For more than 100 million years, an animal up to ten meters long, half fish and half lizard ruled the primordial Tethys sea and left no trace. The only remains from the early days of an ichthyosaur were found in Secëda in 1968. Now this unique object has appeared again in the form of a VR experience that will be offered to visitors at the Gherdëina Museum in Ortisei from mid-July.
Fossilized bone remains of a 241-million-year-old ichthyosaur simpospondylus have been part of the Gherderina Museum’s extensive fossil collection since 1986. “The fossil remains are the only find from their age, and they belong to the oldest known specimen of an ichthyosaur in the world,” says Paulina Moroder, director of the museum. “They opened a unique window into a special stage of Earth’s history, the Middle Triassic, in which the later rock formations of the Dolomites began to develop.”

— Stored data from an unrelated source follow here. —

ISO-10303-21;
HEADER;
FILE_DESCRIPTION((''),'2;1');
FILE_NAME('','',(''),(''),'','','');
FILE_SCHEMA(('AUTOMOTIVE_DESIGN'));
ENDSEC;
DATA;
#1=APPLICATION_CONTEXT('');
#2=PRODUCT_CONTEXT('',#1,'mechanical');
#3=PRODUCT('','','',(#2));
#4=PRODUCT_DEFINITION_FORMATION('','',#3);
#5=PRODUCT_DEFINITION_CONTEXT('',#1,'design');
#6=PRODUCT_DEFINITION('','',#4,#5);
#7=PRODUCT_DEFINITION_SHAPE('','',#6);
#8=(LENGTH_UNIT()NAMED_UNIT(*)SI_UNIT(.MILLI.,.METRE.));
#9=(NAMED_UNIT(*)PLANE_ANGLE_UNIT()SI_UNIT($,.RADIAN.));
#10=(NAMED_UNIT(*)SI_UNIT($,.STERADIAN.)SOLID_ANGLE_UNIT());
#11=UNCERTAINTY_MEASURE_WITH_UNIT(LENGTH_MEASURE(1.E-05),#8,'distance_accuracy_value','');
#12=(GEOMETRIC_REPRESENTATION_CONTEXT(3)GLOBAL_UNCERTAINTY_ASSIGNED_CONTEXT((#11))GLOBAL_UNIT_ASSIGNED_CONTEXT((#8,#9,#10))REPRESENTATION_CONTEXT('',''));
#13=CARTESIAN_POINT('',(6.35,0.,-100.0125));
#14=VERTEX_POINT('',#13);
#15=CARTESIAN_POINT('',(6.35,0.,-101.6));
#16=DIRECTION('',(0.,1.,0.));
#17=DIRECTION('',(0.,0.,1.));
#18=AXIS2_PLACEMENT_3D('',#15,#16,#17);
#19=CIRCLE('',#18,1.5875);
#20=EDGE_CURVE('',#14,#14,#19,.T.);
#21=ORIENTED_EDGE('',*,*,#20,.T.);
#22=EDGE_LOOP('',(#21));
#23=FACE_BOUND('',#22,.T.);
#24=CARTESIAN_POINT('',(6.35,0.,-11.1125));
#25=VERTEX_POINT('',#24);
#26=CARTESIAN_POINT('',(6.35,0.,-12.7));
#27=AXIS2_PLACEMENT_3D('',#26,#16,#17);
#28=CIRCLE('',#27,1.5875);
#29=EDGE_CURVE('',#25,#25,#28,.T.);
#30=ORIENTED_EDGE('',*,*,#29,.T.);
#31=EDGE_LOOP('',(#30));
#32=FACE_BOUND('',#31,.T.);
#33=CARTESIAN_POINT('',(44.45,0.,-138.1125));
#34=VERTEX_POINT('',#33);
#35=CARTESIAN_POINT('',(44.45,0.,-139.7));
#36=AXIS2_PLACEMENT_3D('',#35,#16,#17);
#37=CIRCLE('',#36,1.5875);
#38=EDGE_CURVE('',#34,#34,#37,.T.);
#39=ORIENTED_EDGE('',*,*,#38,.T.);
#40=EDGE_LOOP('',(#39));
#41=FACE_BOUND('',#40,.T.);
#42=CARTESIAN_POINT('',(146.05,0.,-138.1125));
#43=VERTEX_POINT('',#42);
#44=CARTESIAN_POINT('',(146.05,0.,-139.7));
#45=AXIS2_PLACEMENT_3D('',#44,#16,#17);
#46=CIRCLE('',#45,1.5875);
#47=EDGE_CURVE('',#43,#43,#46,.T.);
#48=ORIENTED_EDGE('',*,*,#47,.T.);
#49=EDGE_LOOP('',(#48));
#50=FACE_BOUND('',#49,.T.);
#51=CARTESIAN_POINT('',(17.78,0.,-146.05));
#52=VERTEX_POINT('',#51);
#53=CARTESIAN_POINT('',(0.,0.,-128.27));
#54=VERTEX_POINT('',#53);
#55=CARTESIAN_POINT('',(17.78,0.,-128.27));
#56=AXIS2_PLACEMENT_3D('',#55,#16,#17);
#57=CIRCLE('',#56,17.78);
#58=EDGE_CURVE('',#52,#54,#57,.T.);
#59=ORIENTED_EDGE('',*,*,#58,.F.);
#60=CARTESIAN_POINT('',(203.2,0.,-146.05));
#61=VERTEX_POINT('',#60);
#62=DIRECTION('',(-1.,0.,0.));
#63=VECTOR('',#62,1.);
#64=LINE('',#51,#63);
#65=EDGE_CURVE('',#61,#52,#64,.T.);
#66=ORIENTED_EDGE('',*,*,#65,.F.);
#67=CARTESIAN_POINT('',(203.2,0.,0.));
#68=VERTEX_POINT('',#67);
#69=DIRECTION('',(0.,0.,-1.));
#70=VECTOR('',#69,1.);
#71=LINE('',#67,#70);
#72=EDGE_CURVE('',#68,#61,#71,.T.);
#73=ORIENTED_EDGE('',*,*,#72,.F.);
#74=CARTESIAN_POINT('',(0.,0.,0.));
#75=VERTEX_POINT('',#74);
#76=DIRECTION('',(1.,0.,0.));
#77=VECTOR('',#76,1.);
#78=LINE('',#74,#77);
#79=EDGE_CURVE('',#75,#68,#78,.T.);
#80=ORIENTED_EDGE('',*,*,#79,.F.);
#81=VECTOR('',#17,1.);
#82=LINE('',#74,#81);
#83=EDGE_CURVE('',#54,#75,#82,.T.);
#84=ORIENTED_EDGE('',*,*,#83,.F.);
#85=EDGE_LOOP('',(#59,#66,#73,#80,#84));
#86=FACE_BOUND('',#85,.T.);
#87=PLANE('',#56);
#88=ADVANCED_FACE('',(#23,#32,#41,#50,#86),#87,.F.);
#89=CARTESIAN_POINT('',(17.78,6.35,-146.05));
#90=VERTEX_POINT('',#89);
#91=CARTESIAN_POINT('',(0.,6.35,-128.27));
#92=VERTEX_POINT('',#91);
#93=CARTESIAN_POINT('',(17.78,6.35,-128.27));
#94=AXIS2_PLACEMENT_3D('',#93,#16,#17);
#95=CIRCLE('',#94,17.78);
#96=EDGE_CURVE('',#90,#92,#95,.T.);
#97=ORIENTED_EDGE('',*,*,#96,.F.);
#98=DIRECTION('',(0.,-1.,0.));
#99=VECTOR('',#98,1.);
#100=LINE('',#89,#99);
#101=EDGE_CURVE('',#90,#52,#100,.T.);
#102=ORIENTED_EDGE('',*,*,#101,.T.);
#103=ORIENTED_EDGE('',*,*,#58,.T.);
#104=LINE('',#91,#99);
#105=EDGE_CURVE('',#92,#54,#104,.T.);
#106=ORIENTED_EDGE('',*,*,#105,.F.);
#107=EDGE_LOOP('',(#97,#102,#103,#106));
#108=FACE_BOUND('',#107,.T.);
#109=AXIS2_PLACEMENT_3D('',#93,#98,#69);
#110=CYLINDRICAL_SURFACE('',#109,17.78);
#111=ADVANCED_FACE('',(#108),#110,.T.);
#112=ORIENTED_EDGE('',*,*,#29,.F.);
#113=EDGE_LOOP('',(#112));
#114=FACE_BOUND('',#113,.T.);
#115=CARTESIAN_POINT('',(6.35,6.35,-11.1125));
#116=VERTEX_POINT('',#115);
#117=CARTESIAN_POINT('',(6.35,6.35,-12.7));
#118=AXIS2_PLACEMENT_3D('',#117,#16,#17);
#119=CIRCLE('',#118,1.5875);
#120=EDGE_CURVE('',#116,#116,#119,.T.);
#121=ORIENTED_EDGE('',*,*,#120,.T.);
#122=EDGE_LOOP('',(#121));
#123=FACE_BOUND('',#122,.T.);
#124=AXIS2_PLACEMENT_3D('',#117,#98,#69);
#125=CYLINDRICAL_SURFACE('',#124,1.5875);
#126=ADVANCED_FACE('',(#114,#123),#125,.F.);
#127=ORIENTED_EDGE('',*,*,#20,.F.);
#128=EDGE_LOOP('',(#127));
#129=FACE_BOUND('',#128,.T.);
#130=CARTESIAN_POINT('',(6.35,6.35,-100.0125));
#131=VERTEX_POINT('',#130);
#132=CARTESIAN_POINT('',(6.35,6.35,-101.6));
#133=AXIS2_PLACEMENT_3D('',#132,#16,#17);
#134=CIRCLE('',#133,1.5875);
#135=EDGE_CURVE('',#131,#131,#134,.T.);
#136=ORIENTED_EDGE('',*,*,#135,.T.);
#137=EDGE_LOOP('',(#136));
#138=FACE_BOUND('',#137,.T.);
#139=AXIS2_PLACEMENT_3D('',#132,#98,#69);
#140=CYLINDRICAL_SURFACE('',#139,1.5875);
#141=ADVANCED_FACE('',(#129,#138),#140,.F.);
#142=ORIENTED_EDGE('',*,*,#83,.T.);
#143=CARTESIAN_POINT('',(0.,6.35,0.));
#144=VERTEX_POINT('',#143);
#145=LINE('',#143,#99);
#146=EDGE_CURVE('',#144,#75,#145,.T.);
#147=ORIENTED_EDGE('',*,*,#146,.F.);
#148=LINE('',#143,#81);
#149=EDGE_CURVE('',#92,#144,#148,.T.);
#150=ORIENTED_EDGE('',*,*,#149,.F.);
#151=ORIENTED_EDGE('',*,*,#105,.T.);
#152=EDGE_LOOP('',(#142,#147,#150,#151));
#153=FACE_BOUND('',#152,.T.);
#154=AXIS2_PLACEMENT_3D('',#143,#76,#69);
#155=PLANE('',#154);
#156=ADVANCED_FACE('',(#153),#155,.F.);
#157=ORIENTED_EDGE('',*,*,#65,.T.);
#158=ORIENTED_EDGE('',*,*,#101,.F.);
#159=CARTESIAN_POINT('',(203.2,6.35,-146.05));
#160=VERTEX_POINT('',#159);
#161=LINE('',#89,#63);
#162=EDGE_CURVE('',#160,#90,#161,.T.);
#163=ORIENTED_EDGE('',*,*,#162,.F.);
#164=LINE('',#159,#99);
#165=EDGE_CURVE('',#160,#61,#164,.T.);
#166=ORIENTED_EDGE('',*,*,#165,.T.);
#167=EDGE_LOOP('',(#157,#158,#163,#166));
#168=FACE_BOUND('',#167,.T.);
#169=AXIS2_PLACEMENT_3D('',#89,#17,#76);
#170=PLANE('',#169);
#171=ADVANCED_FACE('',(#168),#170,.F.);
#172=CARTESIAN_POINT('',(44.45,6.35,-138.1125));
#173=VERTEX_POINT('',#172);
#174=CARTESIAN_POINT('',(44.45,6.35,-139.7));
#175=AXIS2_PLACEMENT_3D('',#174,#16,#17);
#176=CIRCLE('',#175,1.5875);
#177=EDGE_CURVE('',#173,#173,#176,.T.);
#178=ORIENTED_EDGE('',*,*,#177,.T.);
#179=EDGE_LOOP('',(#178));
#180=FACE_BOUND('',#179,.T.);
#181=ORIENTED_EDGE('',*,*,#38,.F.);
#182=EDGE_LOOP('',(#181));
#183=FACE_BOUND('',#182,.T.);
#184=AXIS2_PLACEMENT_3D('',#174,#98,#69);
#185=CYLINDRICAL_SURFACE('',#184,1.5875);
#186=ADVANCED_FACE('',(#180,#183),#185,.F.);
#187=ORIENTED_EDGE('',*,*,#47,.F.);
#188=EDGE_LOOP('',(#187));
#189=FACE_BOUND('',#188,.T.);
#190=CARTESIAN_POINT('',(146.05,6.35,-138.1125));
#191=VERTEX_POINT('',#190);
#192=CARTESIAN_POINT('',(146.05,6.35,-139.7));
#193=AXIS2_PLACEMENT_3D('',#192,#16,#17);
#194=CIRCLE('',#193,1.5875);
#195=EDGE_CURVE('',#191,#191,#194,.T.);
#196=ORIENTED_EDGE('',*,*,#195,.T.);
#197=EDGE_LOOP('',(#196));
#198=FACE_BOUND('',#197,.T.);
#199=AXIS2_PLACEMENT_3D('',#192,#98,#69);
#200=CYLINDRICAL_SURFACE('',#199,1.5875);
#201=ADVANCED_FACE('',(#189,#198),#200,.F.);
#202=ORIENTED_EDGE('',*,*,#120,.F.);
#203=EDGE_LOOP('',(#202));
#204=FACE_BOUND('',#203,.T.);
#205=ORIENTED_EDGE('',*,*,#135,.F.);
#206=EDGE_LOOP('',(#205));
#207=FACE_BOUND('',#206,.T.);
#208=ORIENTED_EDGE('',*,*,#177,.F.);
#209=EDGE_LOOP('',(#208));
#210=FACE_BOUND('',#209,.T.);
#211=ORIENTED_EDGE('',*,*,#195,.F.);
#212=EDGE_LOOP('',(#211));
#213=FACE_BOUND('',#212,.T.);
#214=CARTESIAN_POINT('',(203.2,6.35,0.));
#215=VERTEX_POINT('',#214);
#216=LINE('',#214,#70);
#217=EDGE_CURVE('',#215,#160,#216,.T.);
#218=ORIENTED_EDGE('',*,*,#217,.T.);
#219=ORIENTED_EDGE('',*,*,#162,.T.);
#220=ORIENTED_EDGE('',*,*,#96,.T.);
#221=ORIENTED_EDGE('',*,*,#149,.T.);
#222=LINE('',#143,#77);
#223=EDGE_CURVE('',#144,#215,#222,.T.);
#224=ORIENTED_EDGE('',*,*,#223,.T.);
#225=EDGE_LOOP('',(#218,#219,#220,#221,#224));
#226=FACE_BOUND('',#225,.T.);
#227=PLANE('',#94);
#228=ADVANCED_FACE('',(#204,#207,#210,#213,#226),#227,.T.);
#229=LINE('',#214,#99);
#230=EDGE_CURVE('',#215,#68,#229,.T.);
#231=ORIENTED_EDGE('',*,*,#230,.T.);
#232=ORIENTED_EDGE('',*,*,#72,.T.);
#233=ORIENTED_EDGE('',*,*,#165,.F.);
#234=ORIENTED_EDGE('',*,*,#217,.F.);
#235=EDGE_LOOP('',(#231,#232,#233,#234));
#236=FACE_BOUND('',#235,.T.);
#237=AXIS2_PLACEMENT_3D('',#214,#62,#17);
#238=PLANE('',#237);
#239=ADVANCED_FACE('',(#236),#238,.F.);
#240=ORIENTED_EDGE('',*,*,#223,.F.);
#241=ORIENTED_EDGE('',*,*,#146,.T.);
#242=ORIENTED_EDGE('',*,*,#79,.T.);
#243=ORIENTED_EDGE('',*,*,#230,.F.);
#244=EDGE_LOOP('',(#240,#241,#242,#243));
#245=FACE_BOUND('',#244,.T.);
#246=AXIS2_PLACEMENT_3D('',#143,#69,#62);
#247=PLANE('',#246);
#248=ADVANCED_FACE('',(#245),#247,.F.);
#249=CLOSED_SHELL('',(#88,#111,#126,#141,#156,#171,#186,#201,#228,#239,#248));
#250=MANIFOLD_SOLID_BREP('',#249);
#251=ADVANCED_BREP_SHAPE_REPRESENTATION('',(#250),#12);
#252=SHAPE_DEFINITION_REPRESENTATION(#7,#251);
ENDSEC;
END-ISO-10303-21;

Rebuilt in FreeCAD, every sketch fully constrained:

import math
import FreeCAD as App
import Part
import Sketcher
from FreeCAD import Vector
Q = App.Units.Quantity

doc = App.newDocument("Part")
params = doc.addObject("Spreadsheet::Sheet", "Params")
for row, (alias, value) in enumerate([
    ("sketch1_radius", "0.7 in"),
    ("sketch1_width", "8 in"),
    ("sketch1_diameter", "0.125 in"),
    ("sketch1_height", "5.75 in"),
    ("pad1_length", "0.25 in"),
], start=1):
    params.set(f"A{row}", alias)
    params.set(f"B{row}", "=" + value)
    params.setAlias(f"B{row}", alias)

body = doc.addObject("PartDesign::Body", "Body")

sketch1 = body.newObject("Sketcher::SketchObject", "Sketch")
sketch1.AttachmentSupport = (doc.getObject("XZ_Plane"), [""])
sketch1.MapMode = "FlatFace"
sketch1.addGeometry([
    Part.LineSegment(Vector(0, 0, 0), Vector(203.2, 0, 0)),
    Part.LineSegment(Vector(203.2, 0, 0), Vector(203.2, -146.1, 0)),
    Part.LineSegment(Vector(203.2, -146.1, 0), Vector(17.8, -146.1, 0)),
    Part.ArcOfCircle(Part.Circle(Vector(17.8, -128.3, 0), Vector(0, 0, 1), 17.8), math.radians(-180), math.radians(-90)),
    Part.LineSegment(Vector(0, -128.3, 0), Vector(0, 0, 0)),
    Part.Circle(Vector(6.3, -12.7, 0), Vector(0, 0, 1), 1.6),
    Part.Circle(Vector(6.3, -101.6, 0), Vector(0, 0, 1), 1.6),
    Part.Circle(Vector(44.5, -139.7, 0), Vector(0, 0, 1), 1.6),
    Part.Circle(Vector(146.1, -139.7, 0), Vector(0, 0, 1), 1.6),
], False)
sketch1.addConstraint([
    Sketcher.Constraint("Coincident", 0, 2, 1, 1),
    Sketcher.Constraint("Coincident", 1, 2, 2, 1),
    Sketcher.Constraint("Tangent", 2, 2, 3, 2),
    Sketcher.Constraint("Tangent", 3, 1, 4, 1),
    Sketcher.Constraint("Coincident", 4, 2, 0, 1),
    Sketcher.Constraint("Horizontal", 0),
    Sketcher.Constraint("Vertical", 1),
    Sketcher.Constraint("Horizontal", 2),
    Sketcher.Constraint("Vertical", 4),
    Sketcher.Constraint("Coincident", 4, 2, -1, 1),
    Sketcher.Constraint("Equal", 5, 6),
    Sketcher.Constraint("Equal", 6, 7),
    Sketcher.Constraint("Equal", 7, 8),
    Sketcher.Constraint("Horizontal", 7, 3, 8, 3),
    Sketcher.Constraint("Vertical", 5, 3, 6, 3),
    Sketcher.Constraint("Radius", 3, Q("0.7 in")),
    Sketcher.Constraint("DistanceX", 0, 1, 0, 2, Q("8 in")),
    Sketcher.Constraint("Diameter", 5, Q("0.125 in")),
    Sketcher.Constraint("DistanceY", 6, 3, -1, 1, Q("4 in")),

The fossil skeleton of ichthyosaur Val Gardena has only been partially preserved. However, experts around paleontologist Andrea Tintori and ichthyosaur expert Ryosuke Motani, University of California professor of geology, succeeded in reconstructing the dinosaur. So the ichthyosaur was similar to a fish, armed with pointed teeth of marine reptiles reaching a length of six to ten meters.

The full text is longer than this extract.